17 mars 1980, le secrétaire général de l’Union des élèves et étudiants du Mali (UNEEM), Abdoul Karim Camara dit Cabral disparaissait dans des conditions non encore élucidées sous le régime dictatorial du général Moussa Traoré. 34 ans se sont écoulés depuis. Des écoles portent le nom de Cabral. Un monument a été érigé en la mémoire de ce jeune héros qui incarnait la lutte pour la liberté et la justice au Mali contre un régime hostile à toute contestation.
Tout comme les circonstances de son assassinat par la soldatesque de Moussa Traoré, le lieu exact de son enterrement restent un mystère. Une sorte de conspiration du silence. En dépit des protestations de ses camarades, Moussa Traoré et ses compagnons n’avaient pas daigné remettre le corps du jeune leader estudiantin à sa famille afin qu’il soit dignement inhumé.
Où est donc enterré Cabral ? Au cimetière de Lafiabougou ? A Gao, à un bout de la piste d’atterrissage, s’interrogeait en 2005 « Le Challenger » ? Aux abords du Camp Para de Djicoroni ? Personne ne peut dire avec exactitude le lieu où le charismatique leader estudiantin repose sauf quelques témoins vivants de ces années de plomb dans l’histoire du Mali indépendant, notamment les généraux Moussa Traoré et Amadou Toumani Touré.
Le premier, qui maintenait le pays sous sa coupe réglée au moment des faits, s’est emmuré dans un silence total.
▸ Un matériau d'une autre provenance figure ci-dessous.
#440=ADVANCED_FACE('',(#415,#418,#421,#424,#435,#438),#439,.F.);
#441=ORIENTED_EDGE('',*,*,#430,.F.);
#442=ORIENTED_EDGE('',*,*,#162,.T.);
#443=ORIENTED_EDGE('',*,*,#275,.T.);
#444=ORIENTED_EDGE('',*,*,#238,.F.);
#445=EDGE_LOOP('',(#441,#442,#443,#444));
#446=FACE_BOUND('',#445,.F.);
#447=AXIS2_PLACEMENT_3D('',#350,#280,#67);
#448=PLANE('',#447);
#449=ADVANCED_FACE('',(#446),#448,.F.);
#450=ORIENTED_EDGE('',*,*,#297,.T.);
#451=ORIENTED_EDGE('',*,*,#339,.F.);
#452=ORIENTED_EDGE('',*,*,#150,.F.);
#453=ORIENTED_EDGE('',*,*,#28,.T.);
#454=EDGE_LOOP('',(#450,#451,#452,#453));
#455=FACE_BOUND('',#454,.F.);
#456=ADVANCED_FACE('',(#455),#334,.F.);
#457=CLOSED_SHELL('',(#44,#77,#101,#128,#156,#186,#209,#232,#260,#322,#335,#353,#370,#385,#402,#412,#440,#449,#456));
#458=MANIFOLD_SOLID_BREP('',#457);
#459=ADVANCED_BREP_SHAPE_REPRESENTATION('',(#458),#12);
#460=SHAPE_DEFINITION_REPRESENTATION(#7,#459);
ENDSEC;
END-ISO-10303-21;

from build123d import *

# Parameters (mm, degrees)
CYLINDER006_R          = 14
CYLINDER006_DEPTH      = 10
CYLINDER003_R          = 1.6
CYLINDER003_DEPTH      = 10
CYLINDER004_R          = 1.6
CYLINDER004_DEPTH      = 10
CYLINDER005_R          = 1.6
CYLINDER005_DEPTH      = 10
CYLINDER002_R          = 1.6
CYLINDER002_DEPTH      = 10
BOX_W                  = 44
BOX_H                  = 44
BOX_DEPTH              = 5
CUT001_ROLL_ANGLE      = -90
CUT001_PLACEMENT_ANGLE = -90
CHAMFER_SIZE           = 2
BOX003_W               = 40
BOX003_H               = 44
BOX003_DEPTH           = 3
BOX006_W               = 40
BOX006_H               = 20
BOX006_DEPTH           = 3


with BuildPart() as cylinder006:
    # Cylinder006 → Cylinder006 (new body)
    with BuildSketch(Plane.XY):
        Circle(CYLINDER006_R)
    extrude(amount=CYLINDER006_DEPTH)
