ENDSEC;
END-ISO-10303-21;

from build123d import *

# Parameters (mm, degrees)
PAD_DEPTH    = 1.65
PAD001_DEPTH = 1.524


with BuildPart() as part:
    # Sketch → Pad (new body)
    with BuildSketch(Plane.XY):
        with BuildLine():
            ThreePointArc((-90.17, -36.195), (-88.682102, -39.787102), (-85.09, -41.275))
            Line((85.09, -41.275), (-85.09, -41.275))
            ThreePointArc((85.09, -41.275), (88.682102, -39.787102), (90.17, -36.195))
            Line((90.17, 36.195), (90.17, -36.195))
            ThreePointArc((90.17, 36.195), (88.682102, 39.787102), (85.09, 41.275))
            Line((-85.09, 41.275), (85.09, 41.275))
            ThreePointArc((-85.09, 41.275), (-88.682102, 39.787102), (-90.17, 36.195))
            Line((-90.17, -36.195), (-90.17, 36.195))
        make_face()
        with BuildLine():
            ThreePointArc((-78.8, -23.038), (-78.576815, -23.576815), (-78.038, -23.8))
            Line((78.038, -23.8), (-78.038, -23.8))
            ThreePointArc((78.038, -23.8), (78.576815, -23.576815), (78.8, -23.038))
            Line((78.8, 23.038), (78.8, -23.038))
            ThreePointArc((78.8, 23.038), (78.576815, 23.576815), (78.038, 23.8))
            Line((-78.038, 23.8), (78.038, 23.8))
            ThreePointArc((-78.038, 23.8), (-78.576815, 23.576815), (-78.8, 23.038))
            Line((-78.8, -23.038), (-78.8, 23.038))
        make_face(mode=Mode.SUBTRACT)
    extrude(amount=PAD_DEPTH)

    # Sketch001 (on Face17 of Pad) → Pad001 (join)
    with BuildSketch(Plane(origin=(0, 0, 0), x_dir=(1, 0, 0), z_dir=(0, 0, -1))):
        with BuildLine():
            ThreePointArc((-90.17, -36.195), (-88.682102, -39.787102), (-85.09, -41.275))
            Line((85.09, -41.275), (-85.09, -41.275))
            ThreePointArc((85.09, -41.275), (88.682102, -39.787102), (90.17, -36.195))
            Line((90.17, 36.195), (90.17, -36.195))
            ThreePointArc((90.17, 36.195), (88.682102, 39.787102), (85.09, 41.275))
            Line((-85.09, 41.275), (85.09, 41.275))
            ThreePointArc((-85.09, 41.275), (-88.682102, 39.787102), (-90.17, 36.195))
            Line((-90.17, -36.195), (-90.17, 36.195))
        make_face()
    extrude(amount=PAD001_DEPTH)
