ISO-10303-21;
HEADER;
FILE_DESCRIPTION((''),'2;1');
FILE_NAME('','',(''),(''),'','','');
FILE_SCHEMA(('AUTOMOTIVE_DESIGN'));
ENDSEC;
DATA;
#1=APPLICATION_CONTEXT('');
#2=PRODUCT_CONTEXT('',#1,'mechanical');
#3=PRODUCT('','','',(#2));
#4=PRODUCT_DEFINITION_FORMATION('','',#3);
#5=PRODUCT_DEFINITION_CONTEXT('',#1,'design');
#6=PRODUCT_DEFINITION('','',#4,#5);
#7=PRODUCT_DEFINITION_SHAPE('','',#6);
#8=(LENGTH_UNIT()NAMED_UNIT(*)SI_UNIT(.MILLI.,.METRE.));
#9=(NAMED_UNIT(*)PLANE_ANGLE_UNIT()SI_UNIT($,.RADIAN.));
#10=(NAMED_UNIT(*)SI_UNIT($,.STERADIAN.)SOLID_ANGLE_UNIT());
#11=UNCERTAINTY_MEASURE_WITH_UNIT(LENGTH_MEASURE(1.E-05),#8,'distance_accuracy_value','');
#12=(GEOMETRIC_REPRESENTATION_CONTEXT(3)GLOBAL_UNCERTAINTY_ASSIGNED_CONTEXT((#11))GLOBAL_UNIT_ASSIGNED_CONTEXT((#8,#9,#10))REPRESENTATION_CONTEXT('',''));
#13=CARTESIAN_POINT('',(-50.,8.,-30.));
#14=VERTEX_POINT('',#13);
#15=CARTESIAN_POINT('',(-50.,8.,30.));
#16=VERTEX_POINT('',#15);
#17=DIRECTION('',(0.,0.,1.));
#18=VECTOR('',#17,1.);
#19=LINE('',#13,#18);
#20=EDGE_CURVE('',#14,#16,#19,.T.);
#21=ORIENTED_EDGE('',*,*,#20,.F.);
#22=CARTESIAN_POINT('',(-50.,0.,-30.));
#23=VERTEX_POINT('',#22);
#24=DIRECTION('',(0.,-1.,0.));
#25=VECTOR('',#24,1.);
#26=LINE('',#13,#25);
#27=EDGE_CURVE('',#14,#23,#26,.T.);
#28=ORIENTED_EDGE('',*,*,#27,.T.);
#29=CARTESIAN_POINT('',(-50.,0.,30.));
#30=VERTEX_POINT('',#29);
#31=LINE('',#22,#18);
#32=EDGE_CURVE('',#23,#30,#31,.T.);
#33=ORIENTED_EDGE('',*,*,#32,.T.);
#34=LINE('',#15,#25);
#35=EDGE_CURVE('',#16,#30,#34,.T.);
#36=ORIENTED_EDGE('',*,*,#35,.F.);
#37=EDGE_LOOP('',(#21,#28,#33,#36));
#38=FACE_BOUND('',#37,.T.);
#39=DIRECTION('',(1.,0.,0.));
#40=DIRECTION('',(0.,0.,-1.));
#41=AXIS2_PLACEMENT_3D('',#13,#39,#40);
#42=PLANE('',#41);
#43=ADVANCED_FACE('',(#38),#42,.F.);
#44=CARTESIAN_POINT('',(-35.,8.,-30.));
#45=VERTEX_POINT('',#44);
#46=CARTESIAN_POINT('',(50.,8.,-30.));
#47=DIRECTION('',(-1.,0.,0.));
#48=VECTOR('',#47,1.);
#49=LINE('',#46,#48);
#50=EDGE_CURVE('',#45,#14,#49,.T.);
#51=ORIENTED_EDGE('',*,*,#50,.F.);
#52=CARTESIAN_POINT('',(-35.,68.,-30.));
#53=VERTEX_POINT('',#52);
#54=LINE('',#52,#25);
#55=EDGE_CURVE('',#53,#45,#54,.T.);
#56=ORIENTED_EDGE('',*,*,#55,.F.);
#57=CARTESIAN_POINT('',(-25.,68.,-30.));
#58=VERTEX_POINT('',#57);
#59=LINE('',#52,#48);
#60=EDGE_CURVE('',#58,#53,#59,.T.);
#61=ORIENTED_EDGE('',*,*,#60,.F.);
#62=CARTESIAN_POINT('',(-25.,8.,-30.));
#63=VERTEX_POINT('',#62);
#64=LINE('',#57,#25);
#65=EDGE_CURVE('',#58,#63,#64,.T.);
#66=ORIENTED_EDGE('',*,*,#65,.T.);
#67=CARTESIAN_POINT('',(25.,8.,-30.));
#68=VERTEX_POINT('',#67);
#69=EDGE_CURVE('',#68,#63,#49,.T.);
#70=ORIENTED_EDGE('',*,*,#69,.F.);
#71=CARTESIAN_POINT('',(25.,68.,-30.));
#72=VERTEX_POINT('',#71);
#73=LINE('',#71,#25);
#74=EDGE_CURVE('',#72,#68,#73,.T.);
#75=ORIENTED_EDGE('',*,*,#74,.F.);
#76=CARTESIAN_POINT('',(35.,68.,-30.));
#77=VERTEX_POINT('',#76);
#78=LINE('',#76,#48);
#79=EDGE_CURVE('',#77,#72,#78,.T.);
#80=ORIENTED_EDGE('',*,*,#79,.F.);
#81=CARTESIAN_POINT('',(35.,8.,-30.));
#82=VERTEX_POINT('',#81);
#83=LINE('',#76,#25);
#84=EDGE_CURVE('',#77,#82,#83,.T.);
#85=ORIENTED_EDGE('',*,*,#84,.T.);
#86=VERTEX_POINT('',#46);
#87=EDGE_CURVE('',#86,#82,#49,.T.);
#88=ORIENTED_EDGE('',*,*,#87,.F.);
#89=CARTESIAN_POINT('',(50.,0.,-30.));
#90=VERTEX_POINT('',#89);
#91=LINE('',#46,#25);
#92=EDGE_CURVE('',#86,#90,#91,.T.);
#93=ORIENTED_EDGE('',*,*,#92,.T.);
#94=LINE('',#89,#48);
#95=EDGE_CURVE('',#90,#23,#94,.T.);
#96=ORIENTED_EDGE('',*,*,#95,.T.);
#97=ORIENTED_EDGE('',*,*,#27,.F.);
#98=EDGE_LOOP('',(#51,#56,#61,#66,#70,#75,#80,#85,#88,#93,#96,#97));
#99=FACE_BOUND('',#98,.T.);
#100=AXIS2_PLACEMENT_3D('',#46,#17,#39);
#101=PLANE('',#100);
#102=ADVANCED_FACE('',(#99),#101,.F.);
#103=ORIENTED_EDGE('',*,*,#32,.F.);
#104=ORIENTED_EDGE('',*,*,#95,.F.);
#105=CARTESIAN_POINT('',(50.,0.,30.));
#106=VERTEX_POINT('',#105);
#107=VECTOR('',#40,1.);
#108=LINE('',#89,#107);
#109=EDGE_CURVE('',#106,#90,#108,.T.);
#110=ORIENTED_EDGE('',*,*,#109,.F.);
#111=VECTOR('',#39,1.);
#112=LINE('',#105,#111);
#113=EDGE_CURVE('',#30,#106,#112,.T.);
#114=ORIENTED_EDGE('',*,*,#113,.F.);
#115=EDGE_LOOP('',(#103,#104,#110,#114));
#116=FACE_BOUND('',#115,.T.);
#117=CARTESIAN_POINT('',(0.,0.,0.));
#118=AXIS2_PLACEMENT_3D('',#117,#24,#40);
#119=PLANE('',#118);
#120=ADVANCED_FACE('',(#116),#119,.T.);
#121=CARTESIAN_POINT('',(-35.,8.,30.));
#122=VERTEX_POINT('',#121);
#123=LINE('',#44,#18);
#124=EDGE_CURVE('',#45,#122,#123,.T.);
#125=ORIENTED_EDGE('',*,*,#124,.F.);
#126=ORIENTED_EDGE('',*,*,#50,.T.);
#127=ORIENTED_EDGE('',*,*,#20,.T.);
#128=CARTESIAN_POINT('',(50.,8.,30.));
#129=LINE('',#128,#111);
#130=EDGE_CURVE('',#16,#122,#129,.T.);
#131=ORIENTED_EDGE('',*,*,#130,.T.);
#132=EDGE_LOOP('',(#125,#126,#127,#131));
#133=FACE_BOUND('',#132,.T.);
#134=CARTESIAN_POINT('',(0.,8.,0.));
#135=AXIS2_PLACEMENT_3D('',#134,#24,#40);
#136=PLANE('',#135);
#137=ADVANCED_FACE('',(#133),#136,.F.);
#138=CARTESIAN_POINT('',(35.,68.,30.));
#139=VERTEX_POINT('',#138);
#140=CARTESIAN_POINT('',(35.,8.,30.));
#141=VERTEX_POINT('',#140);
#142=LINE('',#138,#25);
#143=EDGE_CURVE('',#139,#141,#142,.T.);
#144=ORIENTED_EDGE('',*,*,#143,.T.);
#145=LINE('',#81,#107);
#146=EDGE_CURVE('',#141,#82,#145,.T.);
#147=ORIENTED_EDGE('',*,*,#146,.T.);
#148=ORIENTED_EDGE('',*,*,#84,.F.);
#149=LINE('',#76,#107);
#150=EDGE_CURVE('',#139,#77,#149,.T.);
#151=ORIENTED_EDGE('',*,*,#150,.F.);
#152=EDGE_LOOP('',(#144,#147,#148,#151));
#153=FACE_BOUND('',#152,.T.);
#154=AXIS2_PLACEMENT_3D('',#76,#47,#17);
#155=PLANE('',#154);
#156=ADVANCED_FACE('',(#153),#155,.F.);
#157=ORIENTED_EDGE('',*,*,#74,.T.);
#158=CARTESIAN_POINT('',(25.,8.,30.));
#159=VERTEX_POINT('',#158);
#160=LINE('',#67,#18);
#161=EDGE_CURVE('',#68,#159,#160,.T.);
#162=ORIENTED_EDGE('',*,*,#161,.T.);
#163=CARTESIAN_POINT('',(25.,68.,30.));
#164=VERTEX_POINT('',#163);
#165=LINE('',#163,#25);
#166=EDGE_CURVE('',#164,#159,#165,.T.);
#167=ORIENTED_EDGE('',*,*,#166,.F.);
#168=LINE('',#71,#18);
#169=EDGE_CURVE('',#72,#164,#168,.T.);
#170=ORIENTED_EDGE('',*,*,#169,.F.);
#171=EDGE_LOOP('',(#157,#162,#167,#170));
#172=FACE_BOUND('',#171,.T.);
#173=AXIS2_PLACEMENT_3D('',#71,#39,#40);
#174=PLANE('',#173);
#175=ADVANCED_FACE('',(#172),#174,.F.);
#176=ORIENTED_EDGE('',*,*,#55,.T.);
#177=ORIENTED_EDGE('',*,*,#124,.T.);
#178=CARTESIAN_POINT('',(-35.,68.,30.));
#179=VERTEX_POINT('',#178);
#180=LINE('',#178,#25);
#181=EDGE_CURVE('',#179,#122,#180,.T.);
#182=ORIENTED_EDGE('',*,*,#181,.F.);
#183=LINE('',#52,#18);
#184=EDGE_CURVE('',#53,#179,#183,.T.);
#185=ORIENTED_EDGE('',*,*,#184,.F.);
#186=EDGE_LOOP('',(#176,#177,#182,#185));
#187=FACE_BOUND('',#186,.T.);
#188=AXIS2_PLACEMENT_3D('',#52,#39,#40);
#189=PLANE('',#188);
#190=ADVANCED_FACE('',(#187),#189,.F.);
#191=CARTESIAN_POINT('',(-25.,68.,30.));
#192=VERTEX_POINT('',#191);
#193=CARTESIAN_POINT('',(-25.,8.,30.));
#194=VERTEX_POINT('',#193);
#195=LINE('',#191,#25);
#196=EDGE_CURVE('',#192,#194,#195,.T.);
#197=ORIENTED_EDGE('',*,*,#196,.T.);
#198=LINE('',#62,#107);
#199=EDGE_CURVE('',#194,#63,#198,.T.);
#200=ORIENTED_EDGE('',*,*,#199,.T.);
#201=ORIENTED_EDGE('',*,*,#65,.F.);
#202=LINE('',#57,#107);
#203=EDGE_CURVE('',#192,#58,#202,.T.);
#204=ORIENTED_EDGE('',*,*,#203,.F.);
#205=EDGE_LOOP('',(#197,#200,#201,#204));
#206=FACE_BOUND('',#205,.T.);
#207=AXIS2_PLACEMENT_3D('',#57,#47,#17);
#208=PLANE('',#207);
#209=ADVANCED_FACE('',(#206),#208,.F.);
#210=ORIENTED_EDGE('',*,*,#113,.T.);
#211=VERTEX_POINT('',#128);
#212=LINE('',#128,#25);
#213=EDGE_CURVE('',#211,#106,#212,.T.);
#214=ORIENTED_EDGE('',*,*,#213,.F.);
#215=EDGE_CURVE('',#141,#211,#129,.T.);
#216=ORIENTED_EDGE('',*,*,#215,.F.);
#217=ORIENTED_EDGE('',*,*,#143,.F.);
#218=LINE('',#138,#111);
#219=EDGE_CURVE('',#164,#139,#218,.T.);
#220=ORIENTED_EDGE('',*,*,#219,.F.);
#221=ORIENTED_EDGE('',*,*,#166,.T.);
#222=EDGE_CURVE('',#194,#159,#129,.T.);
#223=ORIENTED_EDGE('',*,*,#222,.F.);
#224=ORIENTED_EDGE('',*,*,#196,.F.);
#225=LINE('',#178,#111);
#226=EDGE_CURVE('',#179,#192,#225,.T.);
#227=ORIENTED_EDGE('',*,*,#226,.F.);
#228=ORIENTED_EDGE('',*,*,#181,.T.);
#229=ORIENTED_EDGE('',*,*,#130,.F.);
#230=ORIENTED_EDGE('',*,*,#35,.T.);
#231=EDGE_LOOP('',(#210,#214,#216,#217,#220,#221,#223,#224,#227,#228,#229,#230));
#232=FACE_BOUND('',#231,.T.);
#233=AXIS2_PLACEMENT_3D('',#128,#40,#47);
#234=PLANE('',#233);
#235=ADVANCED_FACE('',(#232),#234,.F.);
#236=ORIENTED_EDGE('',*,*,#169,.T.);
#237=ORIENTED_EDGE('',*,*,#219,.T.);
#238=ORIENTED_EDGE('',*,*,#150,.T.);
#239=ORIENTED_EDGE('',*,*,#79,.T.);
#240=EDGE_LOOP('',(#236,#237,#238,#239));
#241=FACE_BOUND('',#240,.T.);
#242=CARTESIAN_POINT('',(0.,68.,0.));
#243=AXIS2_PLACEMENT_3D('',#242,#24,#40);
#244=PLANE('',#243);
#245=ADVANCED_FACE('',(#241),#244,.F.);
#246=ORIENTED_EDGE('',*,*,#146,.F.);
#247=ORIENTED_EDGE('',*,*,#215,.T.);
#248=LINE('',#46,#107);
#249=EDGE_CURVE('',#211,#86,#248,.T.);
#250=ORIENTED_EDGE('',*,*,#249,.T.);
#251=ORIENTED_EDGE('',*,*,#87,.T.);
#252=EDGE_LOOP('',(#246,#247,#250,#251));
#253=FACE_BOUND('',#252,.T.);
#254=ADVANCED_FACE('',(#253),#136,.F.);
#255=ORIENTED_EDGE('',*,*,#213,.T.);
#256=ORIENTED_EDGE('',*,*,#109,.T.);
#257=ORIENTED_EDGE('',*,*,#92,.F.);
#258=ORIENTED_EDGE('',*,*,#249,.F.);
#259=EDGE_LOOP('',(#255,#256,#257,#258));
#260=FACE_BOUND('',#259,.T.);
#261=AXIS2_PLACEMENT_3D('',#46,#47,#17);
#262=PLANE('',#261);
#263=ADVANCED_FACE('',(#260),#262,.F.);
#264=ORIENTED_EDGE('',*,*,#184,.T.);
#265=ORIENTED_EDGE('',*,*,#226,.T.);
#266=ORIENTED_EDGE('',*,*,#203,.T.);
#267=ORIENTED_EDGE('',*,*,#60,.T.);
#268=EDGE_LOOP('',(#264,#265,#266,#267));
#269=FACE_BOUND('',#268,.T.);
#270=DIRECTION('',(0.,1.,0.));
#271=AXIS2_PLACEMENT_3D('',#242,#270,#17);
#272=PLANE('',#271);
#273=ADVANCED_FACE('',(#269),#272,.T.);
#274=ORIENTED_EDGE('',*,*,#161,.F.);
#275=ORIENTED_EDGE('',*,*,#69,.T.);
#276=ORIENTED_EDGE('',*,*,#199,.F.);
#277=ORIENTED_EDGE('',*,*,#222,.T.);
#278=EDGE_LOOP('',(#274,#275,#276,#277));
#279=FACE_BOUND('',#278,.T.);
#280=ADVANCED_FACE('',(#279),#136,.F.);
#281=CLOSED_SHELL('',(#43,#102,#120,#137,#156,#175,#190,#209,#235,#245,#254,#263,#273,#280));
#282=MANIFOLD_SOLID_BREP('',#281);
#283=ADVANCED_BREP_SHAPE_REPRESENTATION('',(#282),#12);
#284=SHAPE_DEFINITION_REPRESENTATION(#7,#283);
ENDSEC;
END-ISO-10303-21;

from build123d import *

# Parameters (mm, degrees)
SKETCH2_W           = 100
SKETCH2_H           = 60
BOSS_EXTRUDE1_DEPTH = 8
SKETCH3_W           = 10
SKETCH3_H           = 60
BOSS_EXTRUDE3_DEPTH = 60


with BuildPart() as part:
    # Sketch2 → Boss-Extrude1 (new body)
    with BuildSketch(Plane(origin=(0, 0, 0), x_dir=(1, 0, 0), z_dir=(0, 1, 0))):
        Rectangle(SKETCH2_W, SKETCH2_H)
    extrude(amount=BOSS_EXTRUDE1_DEPTH)

    # Sketch3 → Boss-Extrude3 (add)
    with BuildSketch(Plane(origin=(0, 8, 0), x_dir=(1, 0, 0), z_dir=(0, 1, 0))):
        with Locations((30, 0)):
            Rectangle(SKETCH3_W, SKETCH3_H)
        with Locations((-30, 0)):
            Rectangle(SKETCH3_W, SKETCH3_H)
    extrude(amount=BOSS_EXTRUDE3_DEPTH)


solid = part.part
Il est évident qu’un seul mot du général Moussa Traoré sur le sujet serait un véritable coup de projecteur sur ces années noires.
Le second, qui était l’un des hommes-clés du système Moussa Traoré, a pris ses premiers galons au Camp Para, lieu emblématique de torture des opposants et autres récalcitrants à l’ordre kaki. Il a abusé de l’opinion au cours de la Conférence nationale en 1991 que la tombe de Cabral a été retrouvée au cimentière de Lafiabougou. Quelques années après, la famille et les compagnons de lutte de Cabral ont cessé d’aller se recueillir sur cette tombe. Après avoir découvert le «mensonge d’Etat», ainsi que le qualifie Mamoutou Thiam qui a publié la dernière semaine une tribune dans Les Echos.
Au-delà de la souffrance ou de la douleur de la famille de Cabral qui n’a pas pu faire son deuil, Mamoutou Thiam évoque dans sa tribune l’éventualité d’une plainte contre X. Sur un plan purement juridique, la plainte a moins de chance d’aboutir pour un motif aussi simple qu’est la prescription. Par contre, pour la manifestation de la vérité, ses compagnons peuvent continuer leurs actions de lobbying afin que ce dossier soit pris en compte dans le processus de réconciliation nationale à travers l’installation prochaine d’une nouvelle Commission Vérité, Justice et Réconciliation. Il ne s’agit pas de remuer le couteau dans les plaies mais d’aider la vérité à triompher sur le mensonge. C’est par un tissu de mensonges de ses dirigeants que ce pays a été cité en exemple à travers le monde entier comme un modèle de démocratie et de bonne gouvernance. Mais il aura fallu moins de trois heures pour le voir s’effondrer en 2012 comme un château de cartes.
Il n’est pas tard pour jouer la carte de la vérité. Les bourreaux doivent avouer publiquement leurs forfaits. Ce qui facilitera le pardon des victimes.